Most students pop into their advisor’s office only when it’s time to select the next semester’s course load. But twice-yearly visits should be the minimum students meet with their advisors, as these professionals can help in many ways.

An advisor’s main priority is helping students select the proper classes that will enable them to complete their degree. But sometimes they’re stymied by students who are focused on checking boxes, or taking all of their required classes right way. Yet not every class needs to check a box, especially for students who haven’t yet selected a major. “If you’re undecided and all you take are required classes instead of sampling a few that you’re simply interested in, it will be harder to decide what your major will be,” says Ann Hintz, director of academic advisement. Advisors can be invaluable in this regard, helping students suss out what fields they might be interested in pursuing.

In addition to helping students select courses, advisors also discuss the goals students have for both their intended major and career, and can help ferret out useful opportunities for professional development and networking. They can also help students discern if, say, it’s best to work a few years before going on to grad school, or what to do if they’re struggling in their chosen major.

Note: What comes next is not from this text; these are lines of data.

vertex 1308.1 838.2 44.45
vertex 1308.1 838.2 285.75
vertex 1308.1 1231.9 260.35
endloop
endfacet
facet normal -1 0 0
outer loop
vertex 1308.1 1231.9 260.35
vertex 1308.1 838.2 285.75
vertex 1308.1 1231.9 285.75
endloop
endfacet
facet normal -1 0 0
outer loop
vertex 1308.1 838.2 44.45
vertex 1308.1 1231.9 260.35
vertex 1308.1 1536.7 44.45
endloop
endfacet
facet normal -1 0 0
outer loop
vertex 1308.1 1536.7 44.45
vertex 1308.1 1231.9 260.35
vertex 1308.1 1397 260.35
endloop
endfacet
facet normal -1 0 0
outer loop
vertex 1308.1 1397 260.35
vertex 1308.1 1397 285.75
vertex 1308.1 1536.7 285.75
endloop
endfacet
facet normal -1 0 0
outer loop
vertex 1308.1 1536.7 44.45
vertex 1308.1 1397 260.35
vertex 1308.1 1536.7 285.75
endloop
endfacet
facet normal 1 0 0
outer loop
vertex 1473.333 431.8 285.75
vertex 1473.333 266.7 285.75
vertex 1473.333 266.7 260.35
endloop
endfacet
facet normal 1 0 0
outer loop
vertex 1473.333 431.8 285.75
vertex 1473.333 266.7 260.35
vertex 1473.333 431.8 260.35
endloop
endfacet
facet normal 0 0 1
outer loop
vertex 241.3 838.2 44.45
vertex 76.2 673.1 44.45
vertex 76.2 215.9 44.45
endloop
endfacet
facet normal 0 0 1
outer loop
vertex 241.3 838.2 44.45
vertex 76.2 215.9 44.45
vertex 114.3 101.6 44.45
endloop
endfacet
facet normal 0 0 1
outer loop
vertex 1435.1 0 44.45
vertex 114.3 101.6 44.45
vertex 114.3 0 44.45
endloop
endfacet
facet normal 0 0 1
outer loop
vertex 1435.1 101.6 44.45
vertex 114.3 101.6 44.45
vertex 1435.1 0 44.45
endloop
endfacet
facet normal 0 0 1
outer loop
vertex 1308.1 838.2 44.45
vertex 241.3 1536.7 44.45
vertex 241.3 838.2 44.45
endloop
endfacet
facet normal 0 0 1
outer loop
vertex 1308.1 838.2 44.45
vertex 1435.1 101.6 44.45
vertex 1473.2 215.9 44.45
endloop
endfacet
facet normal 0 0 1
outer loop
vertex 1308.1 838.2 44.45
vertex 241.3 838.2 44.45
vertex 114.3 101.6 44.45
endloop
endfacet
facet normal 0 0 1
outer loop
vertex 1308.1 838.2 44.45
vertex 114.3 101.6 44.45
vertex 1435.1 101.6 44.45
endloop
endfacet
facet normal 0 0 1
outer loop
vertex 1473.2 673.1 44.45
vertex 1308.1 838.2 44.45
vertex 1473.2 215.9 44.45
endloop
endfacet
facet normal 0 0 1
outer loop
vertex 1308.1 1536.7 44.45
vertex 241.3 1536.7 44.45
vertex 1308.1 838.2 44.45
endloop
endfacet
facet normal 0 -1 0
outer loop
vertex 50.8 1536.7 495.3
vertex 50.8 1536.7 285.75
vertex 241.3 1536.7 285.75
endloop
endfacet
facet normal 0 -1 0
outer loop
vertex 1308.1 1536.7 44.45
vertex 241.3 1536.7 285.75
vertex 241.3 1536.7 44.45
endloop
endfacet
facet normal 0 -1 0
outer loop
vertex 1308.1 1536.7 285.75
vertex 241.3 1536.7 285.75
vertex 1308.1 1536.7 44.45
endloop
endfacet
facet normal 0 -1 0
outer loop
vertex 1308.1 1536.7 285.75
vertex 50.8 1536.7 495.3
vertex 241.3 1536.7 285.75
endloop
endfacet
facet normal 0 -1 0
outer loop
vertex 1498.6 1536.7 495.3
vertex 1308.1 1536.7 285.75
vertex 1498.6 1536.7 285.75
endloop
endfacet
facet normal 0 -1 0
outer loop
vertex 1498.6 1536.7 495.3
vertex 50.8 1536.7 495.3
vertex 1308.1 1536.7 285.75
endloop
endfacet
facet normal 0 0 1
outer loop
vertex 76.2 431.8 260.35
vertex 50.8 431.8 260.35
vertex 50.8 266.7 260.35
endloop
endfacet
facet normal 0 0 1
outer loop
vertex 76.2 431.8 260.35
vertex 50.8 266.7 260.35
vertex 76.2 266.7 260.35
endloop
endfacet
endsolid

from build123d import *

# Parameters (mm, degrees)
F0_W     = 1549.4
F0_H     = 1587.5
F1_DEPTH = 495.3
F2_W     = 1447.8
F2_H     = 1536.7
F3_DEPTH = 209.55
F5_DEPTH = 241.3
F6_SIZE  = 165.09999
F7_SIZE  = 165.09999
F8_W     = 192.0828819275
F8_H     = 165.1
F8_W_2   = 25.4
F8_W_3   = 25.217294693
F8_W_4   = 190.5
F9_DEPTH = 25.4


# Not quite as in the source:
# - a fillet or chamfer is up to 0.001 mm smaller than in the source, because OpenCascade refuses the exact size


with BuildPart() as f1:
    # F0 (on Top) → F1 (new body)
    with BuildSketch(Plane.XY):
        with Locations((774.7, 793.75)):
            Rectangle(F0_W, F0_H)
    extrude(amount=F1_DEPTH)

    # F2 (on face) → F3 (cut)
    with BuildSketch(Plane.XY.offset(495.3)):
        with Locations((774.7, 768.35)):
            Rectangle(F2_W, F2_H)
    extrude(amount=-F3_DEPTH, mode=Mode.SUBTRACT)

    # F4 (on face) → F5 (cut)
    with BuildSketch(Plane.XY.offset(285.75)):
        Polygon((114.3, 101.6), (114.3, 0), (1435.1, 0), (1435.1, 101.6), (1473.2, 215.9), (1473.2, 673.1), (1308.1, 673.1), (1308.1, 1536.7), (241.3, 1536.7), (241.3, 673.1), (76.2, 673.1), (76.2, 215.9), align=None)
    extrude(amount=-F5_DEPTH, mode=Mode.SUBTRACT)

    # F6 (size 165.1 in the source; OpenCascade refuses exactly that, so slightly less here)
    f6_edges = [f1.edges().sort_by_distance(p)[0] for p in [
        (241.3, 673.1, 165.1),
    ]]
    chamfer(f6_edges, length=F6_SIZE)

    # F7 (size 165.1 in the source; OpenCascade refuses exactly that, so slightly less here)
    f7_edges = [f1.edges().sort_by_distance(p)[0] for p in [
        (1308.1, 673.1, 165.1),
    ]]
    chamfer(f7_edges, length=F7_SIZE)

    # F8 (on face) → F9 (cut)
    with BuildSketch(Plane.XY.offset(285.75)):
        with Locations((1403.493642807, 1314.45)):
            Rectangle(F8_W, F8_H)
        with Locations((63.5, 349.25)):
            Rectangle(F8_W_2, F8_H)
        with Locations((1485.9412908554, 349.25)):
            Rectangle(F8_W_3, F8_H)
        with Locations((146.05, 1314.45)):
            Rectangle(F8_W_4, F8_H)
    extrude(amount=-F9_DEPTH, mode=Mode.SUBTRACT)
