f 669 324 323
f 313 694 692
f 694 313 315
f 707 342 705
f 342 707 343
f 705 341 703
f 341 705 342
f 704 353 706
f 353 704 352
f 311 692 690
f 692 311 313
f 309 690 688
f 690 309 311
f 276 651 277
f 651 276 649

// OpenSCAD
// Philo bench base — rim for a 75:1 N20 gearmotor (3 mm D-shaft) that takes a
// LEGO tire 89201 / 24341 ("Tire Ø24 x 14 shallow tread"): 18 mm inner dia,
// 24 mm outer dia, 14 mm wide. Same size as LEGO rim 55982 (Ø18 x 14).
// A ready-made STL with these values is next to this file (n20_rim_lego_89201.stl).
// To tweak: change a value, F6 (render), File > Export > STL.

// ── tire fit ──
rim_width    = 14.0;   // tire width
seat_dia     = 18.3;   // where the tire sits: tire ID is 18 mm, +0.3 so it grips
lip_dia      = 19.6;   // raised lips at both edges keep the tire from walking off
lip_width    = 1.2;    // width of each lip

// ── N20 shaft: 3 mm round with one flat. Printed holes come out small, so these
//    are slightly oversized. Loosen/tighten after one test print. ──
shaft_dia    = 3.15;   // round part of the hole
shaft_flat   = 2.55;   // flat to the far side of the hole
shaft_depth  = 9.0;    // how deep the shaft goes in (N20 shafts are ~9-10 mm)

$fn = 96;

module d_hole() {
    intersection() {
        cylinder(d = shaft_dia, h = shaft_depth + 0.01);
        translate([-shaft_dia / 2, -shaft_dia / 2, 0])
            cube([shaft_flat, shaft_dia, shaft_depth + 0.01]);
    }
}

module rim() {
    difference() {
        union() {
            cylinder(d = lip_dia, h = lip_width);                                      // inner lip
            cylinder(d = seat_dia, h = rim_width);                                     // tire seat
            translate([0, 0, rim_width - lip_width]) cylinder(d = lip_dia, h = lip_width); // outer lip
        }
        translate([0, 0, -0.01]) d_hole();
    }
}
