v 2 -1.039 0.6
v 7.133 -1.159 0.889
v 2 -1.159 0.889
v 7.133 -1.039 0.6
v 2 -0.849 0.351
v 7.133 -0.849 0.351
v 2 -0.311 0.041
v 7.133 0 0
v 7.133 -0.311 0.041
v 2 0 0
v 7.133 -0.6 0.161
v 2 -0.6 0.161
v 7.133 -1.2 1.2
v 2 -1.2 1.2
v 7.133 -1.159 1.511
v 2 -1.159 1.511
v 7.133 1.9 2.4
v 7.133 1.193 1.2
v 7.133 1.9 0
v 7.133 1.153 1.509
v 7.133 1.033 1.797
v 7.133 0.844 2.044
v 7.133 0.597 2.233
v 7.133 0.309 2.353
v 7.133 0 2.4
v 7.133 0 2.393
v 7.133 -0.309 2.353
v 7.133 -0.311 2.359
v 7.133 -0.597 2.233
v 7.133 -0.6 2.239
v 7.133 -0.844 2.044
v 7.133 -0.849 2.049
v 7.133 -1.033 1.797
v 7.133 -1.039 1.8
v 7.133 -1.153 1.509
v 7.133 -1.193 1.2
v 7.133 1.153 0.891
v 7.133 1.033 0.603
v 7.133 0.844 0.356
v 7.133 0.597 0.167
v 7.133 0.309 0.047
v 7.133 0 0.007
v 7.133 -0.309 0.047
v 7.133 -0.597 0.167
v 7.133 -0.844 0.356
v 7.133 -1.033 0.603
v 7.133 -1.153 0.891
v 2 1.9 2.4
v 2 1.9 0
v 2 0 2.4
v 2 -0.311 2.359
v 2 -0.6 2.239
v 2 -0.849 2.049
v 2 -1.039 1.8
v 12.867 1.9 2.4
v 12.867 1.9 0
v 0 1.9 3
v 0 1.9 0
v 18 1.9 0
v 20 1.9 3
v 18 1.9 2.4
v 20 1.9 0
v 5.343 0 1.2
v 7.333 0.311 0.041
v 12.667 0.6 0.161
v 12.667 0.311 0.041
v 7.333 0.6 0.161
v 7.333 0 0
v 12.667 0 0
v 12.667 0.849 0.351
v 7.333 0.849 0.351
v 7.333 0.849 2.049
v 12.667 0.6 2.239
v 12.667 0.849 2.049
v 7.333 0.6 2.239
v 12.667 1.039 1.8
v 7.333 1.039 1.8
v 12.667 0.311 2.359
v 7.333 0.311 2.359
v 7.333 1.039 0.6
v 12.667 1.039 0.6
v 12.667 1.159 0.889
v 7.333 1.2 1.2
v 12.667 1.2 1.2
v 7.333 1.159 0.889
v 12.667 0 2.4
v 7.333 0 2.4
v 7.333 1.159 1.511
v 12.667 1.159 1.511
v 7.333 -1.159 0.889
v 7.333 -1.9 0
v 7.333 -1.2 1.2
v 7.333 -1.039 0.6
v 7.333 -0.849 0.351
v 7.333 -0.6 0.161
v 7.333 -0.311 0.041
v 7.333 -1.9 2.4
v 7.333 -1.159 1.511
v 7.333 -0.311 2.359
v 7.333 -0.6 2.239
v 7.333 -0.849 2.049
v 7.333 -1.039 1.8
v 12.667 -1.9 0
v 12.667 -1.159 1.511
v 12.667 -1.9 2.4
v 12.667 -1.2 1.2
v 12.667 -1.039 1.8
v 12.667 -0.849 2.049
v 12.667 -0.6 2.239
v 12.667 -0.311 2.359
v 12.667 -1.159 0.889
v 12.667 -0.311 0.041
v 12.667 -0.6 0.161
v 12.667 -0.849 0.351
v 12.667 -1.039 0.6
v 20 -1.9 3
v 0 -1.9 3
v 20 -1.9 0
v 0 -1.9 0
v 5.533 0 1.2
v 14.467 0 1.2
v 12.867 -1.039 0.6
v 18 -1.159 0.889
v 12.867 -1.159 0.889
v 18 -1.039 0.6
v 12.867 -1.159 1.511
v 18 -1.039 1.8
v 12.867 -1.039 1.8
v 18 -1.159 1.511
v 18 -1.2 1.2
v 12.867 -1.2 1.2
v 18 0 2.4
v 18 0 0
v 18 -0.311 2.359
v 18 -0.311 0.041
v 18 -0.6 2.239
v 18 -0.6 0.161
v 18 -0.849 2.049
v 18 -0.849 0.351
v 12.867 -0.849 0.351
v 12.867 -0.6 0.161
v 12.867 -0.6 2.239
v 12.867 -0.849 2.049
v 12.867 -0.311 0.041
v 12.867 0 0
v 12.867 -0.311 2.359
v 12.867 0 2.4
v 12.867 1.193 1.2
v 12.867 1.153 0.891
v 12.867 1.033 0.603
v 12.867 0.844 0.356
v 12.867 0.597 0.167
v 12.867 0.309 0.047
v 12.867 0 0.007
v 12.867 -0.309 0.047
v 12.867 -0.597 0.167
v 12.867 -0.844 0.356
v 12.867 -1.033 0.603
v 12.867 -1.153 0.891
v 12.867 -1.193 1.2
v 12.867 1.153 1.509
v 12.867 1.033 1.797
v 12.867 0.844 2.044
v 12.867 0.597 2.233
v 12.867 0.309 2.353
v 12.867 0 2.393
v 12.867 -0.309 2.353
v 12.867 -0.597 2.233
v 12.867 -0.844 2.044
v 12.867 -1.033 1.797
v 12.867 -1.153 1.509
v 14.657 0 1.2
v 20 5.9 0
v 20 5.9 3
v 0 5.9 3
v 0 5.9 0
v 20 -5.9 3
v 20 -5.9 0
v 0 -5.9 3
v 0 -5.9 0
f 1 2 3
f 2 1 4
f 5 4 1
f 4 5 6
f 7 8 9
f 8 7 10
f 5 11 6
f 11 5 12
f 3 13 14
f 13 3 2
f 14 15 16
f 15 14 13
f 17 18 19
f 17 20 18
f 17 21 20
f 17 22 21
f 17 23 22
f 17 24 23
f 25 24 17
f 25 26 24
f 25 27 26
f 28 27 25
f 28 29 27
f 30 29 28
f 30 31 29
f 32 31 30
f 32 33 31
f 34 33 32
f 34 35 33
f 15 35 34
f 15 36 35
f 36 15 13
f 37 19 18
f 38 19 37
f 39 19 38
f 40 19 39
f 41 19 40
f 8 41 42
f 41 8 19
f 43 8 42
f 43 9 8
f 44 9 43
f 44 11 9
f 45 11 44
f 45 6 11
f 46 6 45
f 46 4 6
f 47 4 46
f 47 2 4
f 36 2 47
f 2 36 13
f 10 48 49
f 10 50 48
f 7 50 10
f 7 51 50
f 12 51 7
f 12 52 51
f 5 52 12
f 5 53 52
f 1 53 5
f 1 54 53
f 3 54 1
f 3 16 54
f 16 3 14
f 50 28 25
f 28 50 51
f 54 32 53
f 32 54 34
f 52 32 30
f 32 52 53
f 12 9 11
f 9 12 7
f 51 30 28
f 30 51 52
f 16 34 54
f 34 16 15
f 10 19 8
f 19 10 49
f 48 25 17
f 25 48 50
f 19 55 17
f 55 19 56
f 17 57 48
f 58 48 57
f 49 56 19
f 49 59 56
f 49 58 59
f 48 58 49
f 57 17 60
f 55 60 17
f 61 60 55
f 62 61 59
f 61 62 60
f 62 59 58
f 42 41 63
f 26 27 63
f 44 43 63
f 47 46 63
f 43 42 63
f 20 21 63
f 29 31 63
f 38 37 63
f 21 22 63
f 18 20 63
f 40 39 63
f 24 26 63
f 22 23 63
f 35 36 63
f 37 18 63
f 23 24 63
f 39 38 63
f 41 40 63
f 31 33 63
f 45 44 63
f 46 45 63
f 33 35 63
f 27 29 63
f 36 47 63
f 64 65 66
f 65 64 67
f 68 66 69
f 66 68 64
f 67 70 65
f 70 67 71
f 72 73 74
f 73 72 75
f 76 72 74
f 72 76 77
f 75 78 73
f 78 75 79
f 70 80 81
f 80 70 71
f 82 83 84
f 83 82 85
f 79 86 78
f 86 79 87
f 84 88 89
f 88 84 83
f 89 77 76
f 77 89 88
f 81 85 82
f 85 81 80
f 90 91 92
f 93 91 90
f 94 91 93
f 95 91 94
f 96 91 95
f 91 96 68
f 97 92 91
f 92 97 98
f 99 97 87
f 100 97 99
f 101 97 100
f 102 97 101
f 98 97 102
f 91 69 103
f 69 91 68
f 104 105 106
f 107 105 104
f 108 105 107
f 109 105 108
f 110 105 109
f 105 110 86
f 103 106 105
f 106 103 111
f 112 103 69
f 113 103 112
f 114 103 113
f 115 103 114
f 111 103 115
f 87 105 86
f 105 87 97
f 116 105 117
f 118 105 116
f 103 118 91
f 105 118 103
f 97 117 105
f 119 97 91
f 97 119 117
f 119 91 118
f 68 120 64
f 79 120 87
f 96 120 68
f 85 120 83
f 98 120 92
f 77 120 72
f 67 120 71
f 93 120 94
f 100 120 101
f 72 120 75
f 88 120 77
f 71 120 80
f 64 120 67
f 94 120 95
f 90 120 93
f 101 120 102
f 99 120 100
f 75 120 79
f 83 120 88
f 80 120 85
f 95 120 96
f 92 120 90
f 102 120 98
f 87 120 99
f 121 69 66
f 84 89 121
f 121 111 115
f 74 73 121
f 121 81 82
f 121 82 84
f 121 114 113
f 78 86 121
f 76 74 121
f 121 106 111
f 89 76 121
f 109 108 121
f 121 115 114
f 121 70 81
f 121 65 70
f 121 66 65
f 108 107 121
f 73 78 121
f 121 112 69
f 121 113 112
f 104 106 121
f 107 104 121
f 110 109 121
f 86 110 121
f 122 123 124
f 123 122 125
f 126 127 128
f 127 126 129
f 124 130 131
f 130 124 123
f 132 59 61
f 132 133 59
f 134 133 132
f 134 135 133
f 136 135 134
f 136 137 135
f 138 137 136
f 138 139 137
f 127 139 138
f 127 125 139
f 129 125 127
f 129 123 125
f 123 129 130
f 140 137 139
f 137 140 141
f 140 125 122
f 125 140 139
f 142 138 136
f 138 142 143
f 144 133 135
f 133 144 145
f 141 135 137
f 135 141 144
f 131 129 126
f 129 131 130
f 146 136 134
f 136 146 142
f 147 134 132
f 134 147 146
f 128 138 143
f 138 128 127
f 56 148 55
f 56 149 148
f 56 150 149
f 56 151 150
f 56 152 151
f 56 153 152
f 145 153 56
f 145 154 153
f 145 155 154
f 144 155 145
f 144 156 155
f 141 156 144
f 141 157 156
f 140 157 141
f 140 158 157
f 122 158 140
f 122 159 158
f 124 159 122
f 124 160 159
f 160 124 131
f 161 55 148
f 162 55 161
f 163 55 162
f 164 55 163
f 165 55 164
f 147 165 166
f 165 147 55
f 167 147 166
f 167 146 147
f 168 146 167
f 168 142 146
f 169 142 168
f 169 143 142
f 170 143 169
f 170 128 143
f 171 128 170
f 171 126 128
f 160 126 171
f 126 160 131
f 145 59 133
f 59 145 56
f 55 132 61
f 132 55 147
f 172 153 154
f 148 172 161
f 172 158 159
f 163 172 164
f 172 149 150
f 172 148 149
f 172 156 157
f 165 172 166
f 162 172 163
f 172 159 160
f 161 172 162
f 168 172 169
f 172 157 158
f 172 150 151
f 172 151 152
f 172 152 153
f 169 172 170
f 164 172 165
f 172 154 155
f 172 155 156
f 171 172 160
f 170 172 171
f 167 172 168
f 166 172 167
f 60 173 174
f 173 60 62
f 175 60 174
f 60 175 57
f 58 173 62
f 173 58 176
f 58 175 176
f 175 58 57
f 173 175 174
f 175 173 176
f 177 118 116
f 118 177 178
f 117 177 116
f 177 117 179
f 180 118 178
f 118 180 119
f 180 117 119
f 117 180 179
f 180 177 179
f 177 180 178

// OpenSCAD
module mathhinge(){
// mathgrrl cone hinge

//////////////////////////////////////////////////////
// parameters

// Length of the complete hinge
length = 20;

// Height (diameter) of the hinge
height = 3;

// Clearance between cones and holes
clearance = .2;		

// Clearance between hinge and sides
gap = .7; 				

// Parameters that the user does not get to specify
$fn=24*1;
border = 2*1; 
fudge = .01*1;			// to preserve mesh integrity
corner = 2*1;      	// space between hinge and corner
hinge_radius = height/2.5;
cone_height = 1.5*hinge_radius;  

//////////////////////////////////////////////////////
// renders

rotate(90,[0,1,0]) 
	translate([-hinge_radius,0,0])
		hinge();

translate([0,hinge_radius+gap,0]) bar();
translate([0,-2*border-hinge_radius-gap,0]) bar();

//translate([0,hinge_radius+gap,0]) square();
//translate([0,-length-hinge_radius-gap,0]) square();


//////////////////////////////////////////////////////
// module for hinge

module hinge(){
	rad = hinge_radius;
	clr = clearance;
	len = (length-2*corner)/3; 
	con = cone_height;
	// left outside hinge = (cylinder+box)-cone
	difference(){
		union(){
			translate([0,0,corner]) cylinder(h=len-clr,r=rad);
			translate([-rad,0,corner]) cube([2*rad,rad+gap,len-clr]);
		}
		translate([0,0,corner+len-con-clr+fudge]) cylinder(h=con,r1=0,r2=rad);
	}
	// inside hinge = cylinder+box+cone+cone
	union(){
		translate([0,0,corner+len]) cylinder(h=len,r=rad);
		translate([-rad,-rad-gap,corner+len]) cube([2*rad,rad+gap,len]);
		translate([0,0,corner+len-con]) cylinder(h=con,r1=0,r2=rad);
		translate([0,0,corner+2*len]) cylinder(h=con,r1=rad,r2=0);
	}
	// right outside hinge = (cylinder+box)-cone
	difference(){
		union(){
			translate([0,0,corner+2*len+clr]) cylinder(h=len-clr,r=rad);
			translate([-rad,0,corner+2*len+clr]) cube([2*rad,rad+gap,len-clr]);
		}
		translate([0,0,corner+2*len+clr-fudge]) cylinder(h=con,r1=rad,r2=0);	
	}
}

//////////////////////////////////////////////////////
// module for square shape

module square(){
	difference(){
		cube([length,length,height]);
		translate([border,border,-fudge])
			cube(	[length-2*border,length-2*border,height+2*fudge]);
	}
}

//////////////////////////////////////////////////////
// module for bar shape

module bar(){
	cube([length,2*border,height]);
}
}
mathhinge();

Advisors – all of whom are second-year, tenure-track professors – often act as guides as well. If students aren’t sure where to go to find certain information or services, their advisors can steer them to the appropriate place, be it financial aid or career and student support. “Advisors offer so much more than course registration,” says Hintz.

Indeed, it’s your student’s advisor who often is tapped to write letters of recommendation and serve as a job reference. But Hintz says if your student doesn’t have a strong relationship with her advisor, that becomes much more challenging. Which is why Hintz recommends students drop in on their advisor more often than simply the mandated twice yearly to register for classes. One to three times per semester is ideal, she says, noting some students’ advisors are professors they see frequently and know well. In those situations, fewer official meetings are fine.

One of the newer tools SNC has to help students plot out their college career is DegreeWorks, an electronic degree auditing system. Students can log into DegreeWorks from their Knightline account and instantly see their progression in terms of credits achieved and outstanding requirements. If they’re considering switching majors, the program will show them which of their credits are applicable to their new major and what courses are still needed. The program contains other interesting functions, such as a GPA calculator that lets students perform a variety of calculations, such as determining what their final GPA might be and what grades they’d need to achieve in the future in order to reach a specific GPA by graduation day.